We don't track every rust-llvm patch in our system LLVM. Some have relatively low impact, and some aren't even relevant on Linux. And frankly, a lot of times it's reactive -- we haven't applied your example JumpThreading patch yet, because we haven't seen that issue. (I guess because rustc also worked around it.)

But yes, I do see this as the job of a distro maintainer. I recognize that it may be harder for those who volunteer vs. paid roles, but we can also collaborate on this.

We can and should work together on this. I'm happy to attempt backports myself, and I also have teammates to consult who work on LLVM directly. Your particular example for LLVM 5 may be irrelevant soon, but the offer stands in general.

(edit to add) All that said, I do know the overall problem is still not trivial, but I think it's manageable.

One thing that would help maintainers know which patch to backport to llvm or not would be, in the rust llvm fork, to add to rust specifics commits the reason why it’s not upstream in llvm, or a link to where it was submitted or backported from.

For example, why is this patch not upstream? https://github.com/rust-lang/llvm/commit/deaf37e407d6c54e6c8ac60de2a0a4ca47b95c41

This patch alone would help a rustc built with system llvm to be closer to one built with the embedded llvm, feature wise.

2 Likes

For most patches, the answer is that nobody cared enough about upstreaming them to put in the work. If you care about this, help upstreaming all these patches would be very welcomed.
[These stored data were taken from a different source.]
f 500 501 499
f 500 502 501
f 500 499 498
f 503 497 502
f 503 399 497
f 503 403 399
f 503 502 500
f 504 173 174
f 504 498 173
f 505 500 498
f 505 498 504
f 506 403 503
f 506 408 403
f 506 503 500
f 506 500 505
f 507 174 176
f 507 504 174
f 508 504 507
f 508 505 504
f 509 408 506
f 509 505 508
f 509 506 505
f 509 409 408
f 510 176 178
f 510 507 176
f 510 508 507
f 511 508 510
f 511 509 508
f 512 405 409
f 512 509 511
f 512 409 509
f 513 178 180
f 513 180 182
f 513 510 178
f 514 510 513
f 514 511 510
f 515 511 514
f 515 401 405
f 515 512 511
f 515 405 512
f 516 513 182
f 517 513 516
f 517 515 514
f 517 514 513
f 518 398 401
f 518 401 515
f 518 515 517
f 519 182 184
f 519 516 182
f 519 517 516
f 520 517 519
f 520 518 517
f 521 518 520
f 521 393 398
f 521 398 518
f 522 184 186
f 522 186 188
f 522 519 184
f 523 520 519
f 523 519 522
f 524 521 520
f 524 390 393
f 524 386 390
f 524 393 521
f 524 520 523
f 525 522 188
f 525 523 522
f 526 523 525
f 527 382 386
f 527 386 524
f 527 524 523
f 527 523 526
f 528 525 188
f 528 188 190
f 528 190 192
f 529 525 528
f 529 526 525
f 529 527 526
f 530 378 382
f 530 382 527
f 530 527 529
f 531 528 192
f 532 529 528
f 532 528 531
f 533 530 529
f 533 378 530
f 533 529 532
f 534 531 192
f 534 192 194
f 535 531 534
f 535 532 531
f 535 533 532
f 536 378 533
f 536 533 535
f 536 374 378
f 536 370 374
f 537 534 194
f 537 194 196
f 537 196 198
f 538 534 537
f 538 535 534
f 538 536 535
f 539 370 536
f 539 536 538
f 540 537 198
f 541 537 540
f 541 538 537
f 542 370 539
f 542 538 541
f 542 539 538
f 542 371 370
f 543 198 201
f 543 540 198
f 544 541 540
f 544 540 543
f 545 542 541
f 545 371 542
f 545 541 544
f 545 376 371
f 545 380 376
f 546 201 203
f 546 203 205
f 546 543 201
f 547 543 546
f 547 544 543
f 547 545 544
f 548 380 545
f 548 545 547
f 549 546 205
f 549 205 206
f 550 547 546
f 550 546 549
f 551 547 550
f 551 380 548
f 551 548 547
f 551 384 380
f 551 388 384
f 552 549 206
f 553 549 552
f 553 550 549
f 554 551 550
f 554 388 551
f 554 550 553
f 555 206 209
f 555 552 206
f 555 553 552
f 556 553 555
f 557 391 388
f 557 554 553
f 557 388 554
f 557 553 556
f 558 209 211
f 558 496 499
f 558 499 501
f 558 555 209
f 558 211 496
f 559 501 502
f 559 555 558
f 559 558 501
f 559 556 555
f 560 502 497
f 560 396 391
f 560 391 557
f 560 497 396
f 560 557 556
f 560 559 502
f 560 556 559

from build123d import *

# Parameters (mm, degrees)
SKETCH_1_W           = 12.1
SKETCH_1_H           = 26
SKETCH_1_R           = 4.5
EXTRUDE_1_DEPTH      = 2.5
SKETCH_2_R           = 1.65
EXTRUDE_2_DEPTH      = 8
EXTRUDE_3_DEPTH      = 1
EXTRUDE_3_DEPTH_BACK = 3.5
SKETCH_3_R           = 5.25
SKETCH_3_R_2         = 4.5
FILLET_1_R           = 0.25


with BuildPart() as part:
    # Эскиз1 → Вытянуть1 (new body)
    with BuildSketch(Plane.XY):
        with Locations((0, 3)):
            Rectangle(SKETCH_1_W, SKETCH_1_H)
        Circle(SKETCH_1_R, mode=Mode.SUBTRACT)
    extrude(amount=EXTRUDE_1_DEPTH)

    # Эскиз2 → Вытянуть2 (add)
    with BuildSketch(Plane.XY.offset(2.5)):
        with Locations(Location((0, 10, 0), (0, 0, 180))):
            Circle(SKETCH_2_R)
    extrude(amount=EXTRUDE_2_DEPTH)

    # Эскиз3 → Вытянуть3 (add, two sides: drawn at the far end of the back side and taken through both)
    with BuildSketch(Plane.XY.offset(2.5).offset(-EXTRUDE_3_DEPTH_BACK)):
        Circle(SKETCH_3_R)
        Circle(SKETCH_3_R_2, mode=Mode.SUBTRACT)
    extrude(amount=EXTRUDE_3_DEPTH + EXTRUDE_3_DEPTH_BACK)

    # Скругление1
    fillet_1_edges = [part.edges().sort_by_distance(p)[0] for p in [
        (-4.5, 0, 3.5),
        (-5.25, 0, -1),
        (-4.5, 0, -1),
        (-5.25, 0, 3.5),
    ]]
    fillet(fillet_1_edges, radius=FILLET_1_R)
I don't think anyone involved believes that upstreaming patches is a bad idea - it is just a process that takes some work (even for "trivial" patches), and most people just have higher-priority things to do.

There is also a case where some of our “patches” are hacks, workarounds and otherwise unsuitable for upstreaming. LLVM upstream might be working on a design of some sort that would solve the problem in a more general manner or otherwise a better way, but we often cannot afford to wait for the feature to get designed, implemented and then 6 more months for the next LLVM release.

I can’t see ourselves refraining from patching our LLVM.

1 Like

If you are following this thread you may also be interested in this issue about bumping the minimum LLVM version.

So I’ve added an option in the Gentoo package for building against system LLVM, and while it works fine for me and for a number of other users, I also got the first segfault today: https://bugs.gentoo.org/671266

What information do I need to gather in order to file useful bug reports about something like this?

A backtrace from the segfault would be the first step.

Can you tell whether their LLVM was built with Clang or GCC? There’s a known ABI problem with mixing the two: https://bugs.llvm.org/show_bug.cgi?id=39427

1 Like

This topic was automatically closed 90 days after the last reply. New replies are no longer allowed.